Rising Star: Snøhetta's first completed U.S. project emerges from the earth like a high-tech outcropping, enlivening Bowling Green University's campus.
The new Wolfe Center for the Arts at Bowling Green State University (BGSU) — the first building to open in the U.S. by the Oslo-based firm Snøhetta — takes you completely by surprise. It's a shimmering metallic wedge that rises out of its prairielike northwest Ohio terrain as though it were a sci-fi apparition. A green blanket of turf rides up part of its back to a second-story terrace edged with classrooms, blurring the distinction between ground and building. The fly loft for a proscenium theater inside rises higher still in the center of the sloping mass like a mountainous crag. The Snøhetta team treated the 98,000-square-foot building like a boulder carried and deposited by the glacier that once buried the region and eventually created the Great Lakes. The firm didn't want to echo the Midwestern horizon in the manner of the repeated horizontals of Frank Lloyd Wright's Prairie Houses, says Vanessa Kassabian, the director of design in Snøhetta's New York office and project architect for Wolfe. Instead, the designers created a second focal point by tilting their building upward out of the earth in a way that recalls the firm's Alexandria Library in Egypt, the pivotal 1989 commission that brought Snøhetta international recognition. 'As the building emerges, it draws your eye up into the sky and gives you more of an uplifted feeling,' says Kassabian.
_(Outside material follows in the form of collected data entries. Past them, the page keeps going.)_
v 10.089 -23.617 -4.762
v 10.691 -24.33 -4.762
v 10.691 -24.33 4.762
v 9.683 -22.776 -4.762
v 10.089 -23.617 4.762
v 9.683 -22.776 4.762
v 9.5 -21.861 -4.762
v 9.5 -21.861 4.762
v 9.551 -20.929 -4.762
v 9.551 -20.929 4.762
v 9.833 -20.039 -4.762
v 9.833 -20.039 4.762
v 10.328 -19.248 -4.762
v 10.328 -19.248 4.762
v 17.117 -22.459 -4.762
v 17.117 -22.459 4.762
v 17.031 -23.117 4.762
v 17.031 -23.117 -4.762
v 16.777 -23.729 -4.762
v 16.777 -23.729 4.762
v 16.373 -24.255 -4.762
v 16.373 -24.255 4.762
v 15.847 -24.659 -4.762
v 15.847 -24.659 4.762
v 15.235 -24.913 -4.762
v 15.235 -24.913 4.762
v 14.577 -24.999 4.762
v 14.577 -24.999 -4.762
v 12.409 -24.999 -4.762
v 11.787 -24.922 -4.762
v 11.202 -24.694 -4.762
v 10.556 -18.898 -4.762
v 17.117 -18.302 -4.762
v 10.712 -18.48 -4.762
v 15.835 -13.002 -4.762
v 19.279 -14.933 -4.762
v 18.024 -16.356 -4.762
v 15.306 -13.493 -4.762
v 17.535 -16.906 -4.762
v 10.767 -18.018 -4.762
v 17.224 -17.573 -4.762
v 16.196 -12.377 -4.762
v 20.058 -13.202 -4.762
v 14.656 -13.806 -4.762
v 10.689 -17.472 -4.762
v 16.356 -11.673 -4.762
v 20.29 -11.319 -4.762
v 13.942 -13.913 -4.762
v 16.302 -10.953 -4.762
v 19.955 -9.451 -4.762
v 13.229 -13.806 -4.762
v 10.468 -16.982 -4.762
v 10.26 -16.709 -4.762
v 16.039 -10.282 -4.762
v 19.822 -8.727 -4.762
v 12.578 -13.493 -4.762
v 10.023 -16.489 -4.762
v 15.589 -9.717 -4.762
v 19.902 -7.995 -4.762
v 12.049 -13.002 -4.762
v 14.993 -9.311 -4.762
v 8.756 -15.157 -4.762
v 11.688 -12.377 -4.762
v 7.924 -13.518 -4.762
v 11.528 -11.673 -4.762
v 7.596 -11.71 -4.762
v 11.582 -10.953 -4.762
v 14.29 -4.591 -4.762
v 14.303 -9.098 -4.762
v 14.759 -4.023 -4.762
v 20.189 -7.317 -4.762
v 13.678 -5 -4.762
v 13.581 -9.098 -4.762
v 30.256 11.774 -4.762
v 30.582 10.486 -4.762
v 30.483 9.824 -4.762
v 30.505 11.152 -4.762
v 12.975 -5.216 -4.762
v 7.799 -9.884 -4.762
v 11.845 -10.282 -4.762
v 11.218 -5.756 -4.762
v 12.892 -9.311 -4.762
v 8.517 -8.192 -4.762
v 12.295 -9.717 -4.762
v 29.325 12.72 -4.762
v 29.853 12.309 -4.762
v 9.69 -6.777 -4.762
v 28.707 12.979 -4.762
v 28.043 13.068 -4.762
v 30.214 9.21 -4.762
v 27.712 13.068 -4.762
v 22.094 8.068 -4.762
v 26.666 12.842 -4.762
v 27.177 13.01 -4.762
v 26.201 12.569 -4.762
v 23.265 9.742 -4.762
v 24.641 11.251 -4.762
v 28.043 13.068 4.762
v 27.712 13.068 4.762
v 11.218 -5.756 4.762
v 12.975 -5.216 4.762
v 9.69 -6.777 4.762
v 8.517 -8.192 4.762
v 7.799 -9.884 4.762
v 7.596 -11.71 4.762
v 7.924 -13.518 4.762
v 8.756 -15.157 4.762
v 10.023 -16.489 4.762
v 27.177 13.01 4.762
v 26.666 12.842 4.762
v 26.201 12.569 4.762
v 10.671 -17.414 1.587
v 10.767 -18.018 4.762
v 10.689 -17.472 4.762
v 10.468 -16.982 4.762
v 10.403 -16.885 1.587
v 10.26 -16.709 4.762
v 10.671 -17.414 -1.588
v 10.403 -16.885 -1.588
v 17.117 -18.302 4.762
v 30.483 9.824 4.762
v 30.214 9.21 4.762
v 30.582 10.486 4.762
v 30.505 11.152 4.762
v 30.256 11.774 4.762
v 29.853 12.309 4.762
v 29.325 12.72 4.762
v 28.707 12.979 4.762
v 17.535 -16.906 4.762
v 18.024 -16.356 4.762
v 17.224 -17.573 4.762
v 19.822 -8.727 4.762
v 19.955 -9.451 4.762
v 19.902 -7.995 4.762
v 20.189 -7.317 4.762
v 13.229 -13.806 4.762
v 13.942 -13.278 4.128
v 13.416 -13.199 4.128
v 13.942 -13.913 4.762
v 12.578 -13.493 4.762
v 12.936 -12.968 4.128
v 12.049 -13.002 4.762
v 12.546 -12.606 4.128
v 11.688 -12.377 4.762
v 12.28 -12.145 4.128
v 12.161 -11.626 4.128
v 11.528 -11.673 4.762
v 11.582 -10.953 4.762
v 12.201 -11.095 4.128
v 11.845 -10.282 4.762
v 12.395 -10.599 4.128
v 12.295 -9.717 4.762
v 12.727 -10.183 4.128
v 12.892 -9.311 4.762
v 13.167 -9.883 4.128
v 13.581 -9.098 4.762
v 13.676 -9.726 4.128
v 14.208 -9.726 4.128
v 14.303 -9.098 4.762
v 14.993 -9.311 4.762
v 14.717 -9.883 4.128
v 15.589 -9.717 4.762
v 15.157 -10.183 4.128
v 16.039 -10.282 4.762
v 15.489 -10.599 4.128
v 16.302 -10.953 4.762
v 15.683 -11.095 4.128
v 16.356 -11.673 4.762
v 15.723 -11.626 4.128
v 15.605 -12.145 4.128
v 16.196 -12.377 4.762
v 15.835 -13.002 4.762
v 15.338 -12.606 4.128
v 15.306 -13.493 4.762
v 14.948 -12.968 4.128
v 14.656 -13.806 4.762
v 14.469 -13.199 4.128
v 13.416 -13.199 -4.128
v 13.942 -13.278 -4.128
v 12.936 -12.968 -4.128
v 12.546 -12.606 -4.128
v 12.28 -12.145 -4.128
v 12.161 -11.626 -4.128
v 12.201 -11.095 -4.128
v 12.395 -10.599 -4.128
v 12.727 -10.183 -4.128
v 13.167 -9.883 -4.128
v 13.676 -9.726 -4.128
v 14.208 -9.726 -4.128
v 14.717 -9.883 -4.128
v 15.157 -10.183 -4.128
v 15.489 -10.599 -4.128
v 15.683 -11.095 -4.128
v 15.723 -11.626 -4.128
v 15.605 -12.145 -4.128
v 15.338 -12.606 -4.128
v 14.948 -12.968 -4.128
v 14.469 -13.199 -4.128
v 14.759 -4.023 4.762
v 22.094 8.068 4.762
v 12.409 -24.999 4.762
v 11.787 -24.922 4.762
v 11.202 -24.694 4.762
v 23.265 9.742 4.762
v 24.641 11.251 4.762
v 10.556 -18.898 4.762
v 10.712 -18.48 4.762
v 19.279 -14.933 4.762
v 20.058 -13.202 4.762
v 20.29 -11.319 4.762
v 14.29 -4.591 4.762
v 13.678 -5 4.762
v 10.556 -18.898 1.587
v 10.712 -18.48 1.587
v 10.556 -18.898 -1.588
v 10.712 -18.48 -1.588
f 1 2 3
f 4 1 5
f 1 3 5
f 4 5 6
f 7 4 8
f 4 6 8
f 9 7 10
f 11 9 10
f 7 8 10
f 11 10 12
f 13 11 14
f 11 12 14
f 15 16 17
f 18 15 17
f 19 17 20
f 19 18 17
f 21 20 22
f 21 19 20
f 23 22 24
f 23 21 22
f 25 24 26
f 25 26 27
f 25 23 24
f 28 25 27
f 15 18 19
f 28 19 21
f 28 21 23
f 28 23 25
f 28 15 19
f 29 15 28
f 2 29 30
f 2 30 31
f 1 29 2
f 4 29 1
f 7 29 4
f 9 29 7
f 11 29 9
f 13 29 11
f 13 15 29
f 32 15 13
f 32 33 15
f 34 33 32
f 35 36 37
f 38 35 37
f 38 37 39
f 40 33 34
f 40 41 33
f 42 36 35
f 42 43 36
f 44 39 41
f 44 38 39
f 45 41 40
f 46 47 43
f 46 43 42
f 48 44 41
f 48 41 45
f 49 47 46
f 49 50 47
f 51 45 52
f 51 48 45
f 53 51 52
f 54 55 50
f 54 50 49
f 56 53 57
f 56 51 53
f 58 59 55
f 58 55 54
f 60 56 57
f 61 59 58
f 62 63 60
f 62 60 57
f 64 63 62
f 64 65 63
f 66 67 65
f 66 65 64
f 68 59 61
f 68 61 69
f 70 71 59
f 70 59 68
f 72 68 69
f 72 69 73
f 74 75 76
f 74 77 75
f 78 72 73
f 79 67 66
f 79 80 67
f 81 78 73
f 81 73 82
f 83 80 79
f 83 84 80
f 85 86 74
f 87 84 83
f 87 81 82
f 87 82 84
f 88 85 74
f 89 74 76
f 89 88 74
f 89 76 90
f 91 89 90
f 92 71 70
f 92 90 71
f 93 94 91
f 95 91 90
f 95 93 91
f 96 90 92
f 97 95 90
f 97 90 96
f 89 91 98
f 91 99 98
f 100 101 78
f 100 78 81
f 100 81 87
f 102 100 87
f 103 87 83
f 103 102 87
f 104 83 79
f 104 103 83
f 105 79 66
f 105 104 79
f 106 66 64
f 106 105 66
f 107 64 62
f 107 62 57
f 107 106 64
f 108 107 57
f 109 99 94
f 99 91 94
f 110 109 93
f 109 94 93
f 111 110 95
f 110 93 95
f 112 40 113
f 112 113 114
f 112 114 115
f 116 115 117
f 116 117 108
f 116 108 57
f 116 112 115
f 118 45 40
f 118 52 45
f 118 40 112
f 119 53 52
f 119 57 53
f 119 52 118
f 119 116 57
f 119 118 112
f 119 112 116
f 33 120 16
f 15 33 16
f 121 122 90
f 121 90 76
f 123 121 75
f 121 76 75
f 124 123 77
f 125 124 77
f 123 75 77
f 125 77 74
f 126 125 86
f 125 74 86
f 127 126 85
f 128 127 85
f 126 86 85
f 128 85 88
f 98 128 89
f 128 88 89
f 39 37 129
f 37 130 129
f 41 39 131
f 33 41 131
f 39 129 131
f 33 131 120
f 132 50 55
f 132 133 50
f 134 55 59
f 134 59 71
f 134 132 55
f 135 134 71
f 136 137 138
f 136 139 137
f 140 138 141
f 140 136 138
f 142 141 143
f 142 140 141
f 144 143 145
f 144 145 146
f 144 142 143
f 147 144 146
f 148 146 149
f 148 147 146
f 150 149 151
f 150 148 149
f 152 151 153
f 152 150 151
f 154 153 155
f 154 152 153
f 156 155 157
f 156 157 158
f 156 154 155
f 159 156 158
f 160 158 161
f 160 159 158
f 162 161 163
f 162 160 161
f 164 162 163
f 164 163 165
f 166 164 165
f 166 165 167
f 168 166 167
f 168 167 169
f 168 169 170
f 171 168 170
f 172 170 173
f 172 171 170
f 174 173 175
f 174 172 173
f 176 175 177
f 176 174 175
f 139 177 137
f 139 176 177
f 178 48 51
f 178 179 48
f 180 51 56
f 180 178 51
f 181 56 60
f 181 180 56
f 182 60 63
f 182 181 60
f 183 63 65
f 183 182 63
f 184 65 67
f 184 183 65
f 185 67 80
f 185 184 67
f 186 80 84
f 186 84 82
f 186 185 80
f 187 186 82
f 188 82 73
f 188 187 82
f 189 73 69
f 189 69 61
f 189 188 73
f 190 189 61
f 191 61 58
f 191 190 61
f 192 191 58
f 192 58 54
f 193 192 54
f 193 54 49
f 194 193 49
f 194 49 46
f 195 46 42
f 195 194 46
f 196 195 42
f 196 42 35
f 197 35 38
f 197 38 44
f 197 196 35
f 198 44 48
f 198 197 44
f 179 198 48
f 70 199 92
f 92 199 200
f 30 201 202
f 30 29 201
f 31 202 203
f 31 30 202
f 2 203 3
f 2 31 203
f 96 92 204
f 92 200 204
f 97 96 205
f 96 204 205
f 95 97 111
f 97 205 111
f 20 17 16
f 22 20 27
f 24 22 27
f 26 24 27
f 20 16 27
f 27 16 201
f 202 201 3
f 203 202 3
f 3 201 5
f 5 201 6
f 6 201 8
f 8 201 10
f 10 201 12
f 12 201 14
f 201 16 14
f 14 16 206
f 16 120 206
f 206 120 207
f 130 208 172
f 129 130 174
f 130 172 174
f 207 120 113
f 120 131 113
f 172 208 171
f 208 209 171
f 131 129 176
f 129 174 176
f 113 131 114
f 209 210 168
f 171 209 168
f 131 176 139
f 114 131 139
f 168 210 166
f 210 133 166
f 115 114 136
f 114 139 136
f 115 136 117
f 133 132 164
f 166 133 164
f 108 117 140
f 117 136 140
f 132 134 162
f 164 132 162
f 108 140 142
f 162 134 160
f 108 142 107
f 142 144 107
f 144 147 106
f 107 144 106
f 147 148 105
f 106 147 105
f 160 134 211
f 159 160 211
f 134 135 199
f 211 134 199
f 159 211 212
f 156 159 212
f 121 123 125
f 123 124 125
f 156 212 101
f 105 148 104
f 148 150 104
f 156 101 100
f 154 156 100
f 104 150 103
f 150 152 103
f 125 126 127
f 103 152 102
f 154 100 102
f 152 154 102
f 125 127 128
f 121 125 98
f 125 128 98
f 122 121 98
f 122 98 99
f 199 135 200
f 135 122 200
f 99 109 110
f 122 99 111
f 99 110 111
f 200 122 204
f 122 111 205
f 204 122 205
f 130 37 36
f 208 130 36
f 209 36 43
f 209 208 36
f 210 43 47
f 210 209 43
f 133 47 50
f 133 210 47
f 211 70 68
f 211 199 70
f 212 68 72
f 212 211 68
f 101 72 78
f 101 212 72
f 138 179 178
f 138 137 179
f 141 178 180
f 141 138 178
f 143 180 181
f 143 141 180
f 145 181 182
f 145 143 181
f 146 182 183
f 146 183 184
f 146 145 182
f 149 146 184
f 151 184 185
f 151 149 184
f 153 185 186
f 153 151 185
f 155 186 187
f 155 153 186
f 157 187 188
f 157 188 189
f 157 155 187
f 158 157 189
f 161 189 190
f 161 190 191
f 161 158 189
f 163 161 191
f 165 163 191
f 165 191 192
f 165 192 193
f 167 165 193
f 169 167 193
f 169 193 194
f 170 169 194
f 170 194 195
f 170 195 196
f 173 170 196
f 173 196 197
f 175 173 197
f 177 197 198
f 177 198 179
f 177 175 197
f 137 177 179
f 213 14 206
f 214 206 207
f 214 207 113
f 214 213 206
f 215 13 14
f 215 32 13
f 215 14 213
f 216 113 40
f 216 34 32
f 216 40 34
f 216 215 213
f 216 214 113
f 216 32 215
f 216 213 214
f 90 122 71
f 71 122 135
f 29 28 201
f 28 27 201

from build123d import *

# Parameters (mm, degrees)
BOSS_EXTRUDE1_DEPTH = 4.7625
SKETCH2_R           = 6.35
BOSS_EXTRUDE2_DEPTH = 9.525
FILLET1_R           = 2.54
FILLET2_START       = -4.7625
FILLET2_DEPTH       = 9.525


with BuildPart() as part:
    # Sketch1 → Boss-Extrude1 (new, symmetric)
    with BuildSketch(Plane.XY):
        with BuildLine():
            ThreePointArc((22.094337813, 8.067740847), (24.226136754, 10.836108919), (26.914852205, 13.067529481))
            Line((26.914852205, 13.067529481), (32.554450869, 13.067529481))
            Line((32.554450869, 13.067529481), (17.117145822, -12.379943283))
            Line((17.117145822, -12.379943283), (17.117145822, -24.9994))
            Line((17.117145822, -24.9994), (11.719856102, -24.9994))
            ThreePointArc((11.719856102, -24.9994), (9.533586303, -22.160148794), (10.767145822, -18.795709173))
            Line((10.767145822, -18.795709173), (10.767145822, -10.604456717))
            Line((10.767145822, -10.604456717), (22.094337813, 8.067740847))
        make_face()
    extrude(amount=BOSS_EXTRUDE1_DEPTH, both=True)

    # Sketch2 → Boss-Extrude2 (add, through all)
    with BuildSketch(Plane.XY.offset(4.7625)):
        with Locations((13.942145822, -11.4922)):
            Circle(SKETCH2_R)
    extrude(amount=-BOSS_EXTRUDE2_DEPTH)

    # Sketch3 → 9/64 (0.14063) Diameter Hole1 (revolve, cut)
    with BuildSketch(Plane(origin=(13.942145822, -11.4922, 4.7625), x_dir=(0, -1, 0), z_dir=(1, 0, 0))):
        Polygon((0, 0), (0, 9.525), (2.421001, 9.525), (1.786001, 8.89), (1.786001, 0.635), (2.421001, 0), align=None)
    revolve(axis=Axis((13.942145822, -11.4922, 11.1125), (0, 0, -1)), mode=Mode.SUBTRACT)

    # Fillet1
    fillet1_edges = [part.edges().sort_by_distance(p)[0] for p in [
        (26.914852205, 13.067529481, 0),
        (32.554450869, 13.067529481, 0),
        (17.117145822, -24.9994, 0),
        (11.719856102, -24.9994, 0),
        (14.079831445, -5.143692879, 0),
        (17.117145822, -16.991461314, 0),
        (19.508957077, -8.437185686, 0),
    ]]
    fillet(fillet1_edges, radius=FILLET1_R)

    # Fillet2: read off the stored shape, not the designer's step
    # Fillet2 outline → Fillet2 (add)
    with BuildSketch(Plane.XY.offset(FILLET2_START)):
Inside the Wolfe Center, which houses the university's theater and film departments, a soaring, two-story lobby leads to a grand staircase and social-gathering spaces flooded with daylight that spills in from large, west-facing windows and a skylight. The staircase — one of the building's signature features — calls attention to itself as a crisp sculptural object in architectural concrete that invites students to use it for circulation and as a gently sloping bleacher for hanging out and people-watching. A pair of east-west corridors on the first and second levels of the building extend from the upper and lower lobbies to flank the large central volume containing the building's primary, 400-seat theater, an intimate, enveloping space with excellent acoustics and sightlines. Skylights and axial vistas along the corridors make it easy to find two smaller stages, plus studios for film and dance, general-purpose classrooms, and faculty offices. Also key to the scheme's legibility is a large, skylighted passageway that cuts north-south through the center of the building, creating an internal street that invites casual encounters throughout the day and links the theaters to a large backstage scenery shop.